13. It is true that by resorting to natural rhythms, the aim very often is not to increase the number of children. But it is equally true what John Paul II observed: “If the potential element of paternity and maternity is radically and totally excluded from conjugal relations, the mutual relationship of persons is thereby transformed. The union in love slides towards a common enjoyment, or, rather, towards that of the two partners” (Love and Responsibility, p. 216). And “by violating the laws of nature, one also violates the person, making him an object of enjoyment, instead of making him an object of love. The disposition to procreation, in conjugal relations, protects love, is the indispensable condition of a true union of persons” (Ib., p. 218).

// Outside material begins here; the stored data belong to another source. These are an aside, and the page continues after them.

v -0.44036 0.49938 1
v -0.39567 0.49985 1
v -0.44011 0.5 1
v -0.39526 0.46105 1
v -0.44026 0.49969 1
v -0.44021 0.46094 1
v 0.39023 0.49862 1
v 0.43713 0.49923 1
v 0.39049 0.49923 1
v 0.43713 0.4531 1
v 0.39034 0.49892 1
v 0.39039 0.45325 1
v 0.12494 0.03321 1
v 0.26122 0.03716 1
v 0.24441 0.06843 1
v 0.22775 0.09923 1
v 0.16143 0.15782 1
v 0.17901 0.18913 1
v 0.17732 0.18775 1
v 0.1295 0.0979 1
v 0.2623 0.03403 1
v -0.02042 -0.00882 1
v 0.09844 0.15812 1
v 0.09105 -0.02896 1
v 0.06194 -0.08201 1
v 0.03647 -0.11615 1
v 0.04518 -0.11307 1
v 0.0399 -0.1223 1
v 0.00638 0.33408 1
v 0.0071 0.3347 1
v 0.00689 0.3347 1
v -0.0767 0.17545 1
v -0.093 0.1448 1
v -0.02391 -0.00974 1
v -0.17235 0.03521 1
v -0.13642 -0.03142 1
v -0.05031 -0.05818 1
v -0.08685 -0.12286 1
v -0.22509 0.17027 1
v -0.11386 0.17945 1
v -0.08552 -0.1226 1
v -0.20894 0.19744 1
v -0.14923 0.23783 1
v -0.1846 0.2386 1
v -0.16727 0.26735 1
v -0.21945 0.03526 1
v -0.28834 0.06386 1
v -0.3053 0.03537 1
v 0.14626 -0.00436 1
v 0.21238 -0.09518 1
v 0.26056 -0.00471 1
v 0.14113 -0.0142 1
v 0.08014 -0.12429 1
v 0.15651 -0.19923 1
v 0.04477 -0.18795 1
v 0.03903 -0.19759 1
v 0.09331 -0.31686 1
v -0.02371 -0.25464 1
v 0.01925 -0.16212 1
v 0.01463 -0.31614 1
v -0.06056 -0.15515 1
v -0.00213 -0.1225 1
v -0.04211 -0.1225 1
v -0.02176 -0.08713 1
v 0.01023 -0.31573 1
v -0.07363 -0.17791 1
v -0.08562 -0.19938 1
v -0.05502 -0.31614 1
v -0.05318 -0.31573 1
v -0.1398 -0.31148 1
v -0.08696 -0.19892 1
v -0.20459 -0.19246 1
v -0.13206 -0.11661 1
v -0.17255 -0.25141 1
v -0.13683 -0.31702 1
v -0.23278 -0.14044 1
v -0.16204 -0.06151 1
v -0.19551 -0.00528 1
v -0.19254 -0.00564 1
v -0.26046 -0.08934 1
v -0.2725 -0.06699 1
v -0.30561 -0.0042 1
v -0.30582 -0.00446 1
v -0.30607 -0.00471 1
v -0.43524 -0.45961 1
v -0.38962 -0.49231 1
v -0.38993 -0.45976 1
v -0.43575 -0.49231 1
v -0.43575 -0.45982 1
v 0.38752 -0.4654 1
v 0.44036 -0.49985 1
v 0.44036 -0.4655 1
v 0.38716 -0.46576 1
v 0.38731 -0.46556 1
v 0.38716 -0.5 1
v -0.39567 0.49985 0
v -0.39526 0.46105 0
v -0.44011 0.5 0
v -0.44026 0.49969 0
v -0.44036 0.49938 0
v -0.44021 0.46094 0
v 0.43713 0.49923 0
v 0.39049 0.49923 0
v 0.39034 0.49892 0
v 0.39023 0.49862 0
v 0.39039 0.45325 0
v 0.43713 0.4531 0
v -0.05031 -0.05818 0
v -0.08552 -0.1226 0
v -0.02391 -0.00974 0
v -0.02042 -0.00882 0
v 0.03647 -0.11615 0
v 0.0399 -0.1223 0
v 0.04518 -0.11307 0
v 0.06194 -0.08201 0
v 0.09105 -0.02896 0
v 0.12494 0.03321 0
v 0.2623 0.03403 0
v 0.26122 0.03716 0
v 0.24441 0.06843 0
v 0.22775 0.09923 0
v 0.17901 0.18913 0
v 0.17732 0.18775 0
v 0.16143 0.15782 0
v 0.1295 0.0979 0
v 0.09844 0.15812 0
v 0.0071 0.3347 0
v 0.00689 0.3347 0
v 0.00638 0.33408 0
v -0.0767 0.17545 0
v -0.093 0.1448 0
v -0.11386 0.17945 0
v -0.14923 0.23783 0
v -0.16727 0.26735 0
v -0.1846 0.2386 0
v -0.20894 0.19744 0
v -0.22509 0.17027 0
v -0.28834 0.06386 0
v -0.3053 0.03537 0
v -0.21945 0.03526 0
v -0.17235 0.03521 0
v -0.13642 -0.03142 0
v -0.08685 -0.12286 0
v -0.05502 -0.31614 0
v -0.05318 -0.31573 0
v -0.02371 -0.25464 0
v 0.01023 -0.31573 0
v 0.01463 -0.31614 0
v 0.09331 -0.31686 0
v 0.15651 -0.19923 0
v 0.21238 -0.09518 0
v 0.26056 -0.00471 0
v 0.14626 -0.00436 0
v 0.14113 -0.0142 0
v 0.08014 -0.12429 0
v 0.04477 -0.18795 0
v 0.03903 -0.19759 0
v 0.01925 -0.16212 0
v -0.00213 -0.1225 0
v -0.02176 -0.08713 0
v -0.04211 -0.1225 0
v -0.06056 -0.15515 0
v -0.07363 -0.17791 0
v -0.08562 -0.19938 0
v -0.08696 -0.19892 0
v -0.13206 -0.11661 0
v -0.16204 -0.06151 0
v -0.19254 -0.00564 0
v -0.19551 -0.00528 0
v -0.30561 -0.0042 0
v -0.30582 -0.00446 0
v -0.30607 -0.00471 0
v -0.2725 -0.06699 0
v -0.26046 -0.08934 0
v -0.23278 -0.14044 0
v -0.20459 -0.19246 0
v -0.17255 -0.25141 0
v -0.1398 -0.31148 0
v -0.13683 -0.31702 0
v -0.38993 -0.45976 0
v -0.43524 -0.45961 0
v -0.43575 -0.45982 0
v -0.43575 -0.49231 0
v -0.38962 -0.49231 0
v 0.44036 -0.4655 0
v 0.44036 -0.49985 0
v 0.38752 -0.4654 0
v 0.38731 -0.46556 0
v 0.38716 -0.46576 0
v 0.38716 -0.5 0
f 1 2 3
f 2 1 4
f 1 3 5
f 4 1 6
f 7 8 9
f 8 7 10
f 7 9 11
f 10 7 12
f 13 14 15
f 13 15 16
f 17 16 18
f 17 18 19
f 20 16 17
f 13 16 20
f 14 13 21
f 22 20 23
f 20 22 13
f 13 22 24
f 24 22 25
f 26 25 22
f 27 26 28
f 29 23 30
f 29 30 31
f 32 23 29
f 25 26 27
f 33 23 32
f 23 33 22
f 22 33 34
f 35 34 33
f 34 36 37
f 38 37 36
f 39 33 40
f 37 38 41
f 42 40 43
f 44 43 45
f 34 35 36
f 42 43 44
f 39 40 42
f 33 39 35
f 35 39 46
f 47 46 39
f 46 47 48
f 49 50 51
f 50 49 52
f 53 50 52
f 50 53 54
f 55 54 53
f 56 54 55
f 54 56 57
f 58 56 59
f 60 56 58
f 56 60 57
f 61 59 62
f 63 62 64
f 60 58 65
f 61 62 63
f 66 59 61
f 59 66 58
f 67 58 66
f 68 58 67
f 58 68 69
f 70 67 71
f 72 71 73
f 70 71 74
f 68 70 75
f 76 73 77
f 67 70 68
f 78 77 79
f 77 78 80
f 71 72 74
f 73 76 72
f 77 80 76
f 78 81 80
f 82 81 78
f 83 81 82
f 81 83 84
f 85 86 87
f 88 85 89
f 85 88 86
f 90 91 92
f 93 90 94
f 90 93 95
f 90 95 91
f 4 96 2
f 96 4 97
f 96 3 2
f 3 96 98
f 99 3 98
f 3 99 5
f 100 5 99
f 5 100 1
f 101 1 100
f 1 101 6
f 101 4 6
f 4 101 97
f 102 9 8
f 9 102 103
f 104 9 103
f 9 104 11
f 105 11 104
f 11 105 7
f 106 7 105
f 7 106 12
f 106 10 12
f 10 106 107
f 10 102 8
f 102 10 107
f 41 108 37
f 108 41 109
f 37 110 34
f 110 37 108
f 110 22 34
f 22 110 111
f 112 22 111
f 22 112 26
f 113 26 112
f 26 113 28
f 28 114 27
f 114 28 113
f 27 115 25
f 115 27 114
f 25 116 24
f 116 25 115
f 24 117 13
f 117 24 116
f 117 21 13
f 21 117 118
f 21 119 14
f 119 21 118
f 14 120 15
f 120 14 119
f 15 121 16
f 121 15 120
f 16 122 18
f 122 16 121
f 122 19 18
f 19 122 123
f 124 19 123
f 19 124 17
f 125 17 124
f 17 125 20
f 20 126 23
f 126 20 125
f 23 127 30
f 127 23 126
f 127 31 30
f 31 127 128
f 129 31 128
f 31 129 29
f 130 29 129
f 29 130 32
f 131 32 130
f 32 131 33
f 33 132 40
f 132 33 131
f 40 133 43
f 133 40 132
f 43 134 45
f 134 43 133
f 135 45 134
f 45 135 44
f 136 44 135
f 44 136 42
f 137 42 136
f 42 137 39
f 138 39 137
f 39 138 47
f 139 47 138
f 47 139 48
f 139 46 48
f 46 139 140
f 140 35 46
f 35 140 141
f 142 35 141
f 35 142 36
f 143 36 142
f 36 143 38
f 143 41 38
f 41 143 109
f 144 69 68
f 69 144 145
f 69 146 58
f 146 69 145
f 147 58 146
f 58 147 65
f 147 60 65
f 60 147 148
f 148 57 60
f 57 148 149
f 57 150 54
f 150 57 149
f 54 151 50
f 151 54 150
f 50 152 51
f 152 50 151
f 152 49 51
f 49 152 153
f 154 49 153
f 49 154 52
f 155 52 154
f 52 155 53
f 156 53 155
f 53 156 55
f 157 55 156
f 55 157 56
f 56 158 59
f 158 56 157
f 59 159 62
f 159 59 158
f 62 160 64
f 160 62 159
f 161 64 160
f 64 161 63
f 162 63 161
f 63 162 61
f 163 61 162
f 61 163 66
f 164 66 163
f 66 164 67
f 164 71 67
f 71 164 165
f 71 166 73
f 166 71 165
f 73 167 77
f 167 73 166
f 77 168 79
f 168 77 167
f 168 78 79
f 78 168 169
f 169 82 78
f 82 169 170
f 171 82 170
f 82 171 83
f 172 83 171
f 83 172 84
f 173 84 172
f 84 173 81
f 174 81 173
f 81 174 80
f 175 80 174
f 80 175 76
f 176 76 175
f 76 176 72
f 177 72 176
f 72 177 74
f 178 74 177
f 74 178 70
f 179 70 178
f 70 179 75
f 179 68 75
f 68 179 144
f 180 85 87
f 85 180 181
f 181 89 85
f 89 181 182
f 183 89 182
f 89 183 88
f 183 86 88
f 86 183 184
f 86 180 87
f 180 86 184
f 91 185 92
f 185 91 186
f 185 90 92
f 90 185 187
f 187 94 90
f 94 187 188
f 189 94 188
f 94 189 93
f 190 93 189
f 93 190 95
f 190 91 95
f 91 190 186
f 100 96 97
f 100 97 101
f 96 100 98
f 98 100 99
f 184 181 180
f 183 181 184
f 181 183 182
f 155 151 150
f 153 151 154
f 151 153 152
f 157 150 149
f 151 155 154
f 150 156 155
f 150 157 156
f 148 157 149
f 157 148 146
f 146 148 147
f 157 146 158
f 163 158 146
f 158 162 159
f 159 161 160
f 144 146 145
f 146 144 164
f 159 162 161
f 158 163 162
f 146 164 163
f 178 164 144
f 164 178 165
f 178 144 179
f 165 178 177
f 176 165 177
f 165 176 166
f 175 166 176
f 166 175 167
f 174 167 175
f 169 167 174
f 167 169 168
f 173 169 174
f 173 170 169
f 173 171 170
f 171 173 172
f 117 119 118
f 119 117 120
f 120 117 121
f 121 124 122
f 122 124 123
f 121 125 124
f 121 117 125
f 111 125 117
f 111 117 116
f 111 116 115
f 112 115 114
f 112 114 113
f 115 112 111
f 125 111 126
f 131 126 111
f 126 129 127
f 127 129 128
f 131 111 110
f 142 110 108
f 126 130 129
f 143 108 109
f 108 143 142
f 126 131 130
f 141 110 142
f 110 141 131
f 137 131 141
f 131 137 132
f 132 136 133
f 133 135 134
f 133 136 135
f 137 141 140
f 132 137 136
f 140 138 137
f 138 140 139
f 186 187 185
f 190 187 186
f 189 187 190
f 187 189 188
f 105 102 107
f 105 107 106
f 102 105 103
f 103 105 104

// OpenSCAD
module WibbyMask_1()
{
 /* Generated by trace2scad version 20150415
    http://aggregate.org/MAKE/TRACE2SCAD/
    Optimized model has 97/3062 original points
 */
 color([0.5, 0.5, 0.5])
 assign(minx=285) /* polygon minx=285 */
 assign(miny=200) /* polygon miny=200 */
 assign(maxx=17468) /* polygon maxx=17468 */
 assign(maxy=19710) /* polygon maxy=19710 */
 assign(dx=maxx-minx)
 assign(dy=maxy-miny)
 assign(maxd=((dx>dy)?dx:dy))
 scale([1/maxd, 1/maxd, 1])
 translate([-minx-dx/2, -miny-dy/2, 0])
 linear_extrude(height=1, convexity=97)
 union() {
  union() {
   polygon([[287,19704],[285,19698],[288,18948],[1165,18950],[1157,19707],[290,19710]], convexity=6);
   polygon([[16492,19689],[16490,19683],[16493,18798],[17405,18795],[17405,19695],[16495,19695]], convexity=6);
   polygon([[9006,16479],[9001,16473],[7380,13378],[7062,12780],[6655,13456],[5965,14595],[5613,15171],[5275,14610],[4800,13807],[4485,13277],[3251,11201],[2920,10645],[4595,10643],[5514,10642],[6215,9342],[7182,7558],[7208,7563],[7895,8820],[8410,9765],[8478,9783],[9588,7689],[9655,7569],[9758,7749],[10085,8355],[10653,9390],[11314,10603],[13994,10619],[13973,10680],[13645,11290],[13320,11891],[12369,13645],[12336,13618],[12026,13034],[11403,11865],[10797,13040],[9015,16485],[9011,16485]], convexity=12);
   polygon([[2910,9868],[2905,9863],[3560,8648],[3795,8212],[4335,7215],[4885,6200],[5510,5050],[6149,3878],[6207,3770],[7803,3787],[7839,3795],[8414,4987],[9076,3795],[9162,3787],[10697,3773],[11930,6068],[13020,8098],[13960,9863],[11730,9870],[11630,9678],[10440,7530],[9750,6288],[9638,6100],[9252,6792],[8835,7565],[8452,8255],[8055,7565],[7695,6928],[7440,6484],[7206,6065],[7180,6074],[6300,7680],[5715,8755],[5120,9845],[5062,9852],[2914,9873]], convexity=12);
   polygon([[380,986],[375,984],[375,350],[1275,350],[1269,985],[385,988]], convexity=6);
   polygon([[16433,872],[16430,868],[16430,200],[17468,203],[17468,873],[16437,875]], convexity=6);
  }
 }
}

module WibbyMask()
{
 /* all layers combined, scaled to within a 1mm cube */
 scale([1, 1, 1/1])
 difference() {
  union() {
   scale([1,1,2]) translate([0,0,-0.5]) WibbyMask_1();
  }
  translate([0,0,-2]) cube([2,2,4],center=true);
 }
}
WibbyMask();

14. As you see, God’s law is well motivated and intends to found marriage on the lasting basis of authentic love. Indeed, it is necessary to distinguish between concupiscence or erotic attraction and love. Love is easily mistaken for attraction and concupiscence. These certainly go to the top especially when sexual relations are initiated. But love that gives itself to the full and brings people together without contradicting the truth of the act is something else.

15. Finally, do not wait for the Church on this matter to adapt to the world. The Church has the mission to adapt the world’s behaviour to God’s will, which is undoubtedly wiser and holier than all human wills. This is the only will that makes one happy and guarantees the permanence (the biblical ‘living long’) of engagement first and marriage later.

With the wish that you may understand God’s will and fully embrace it in order to be happy and never have to regret your behaviour, I will remember to the Lord and bless you.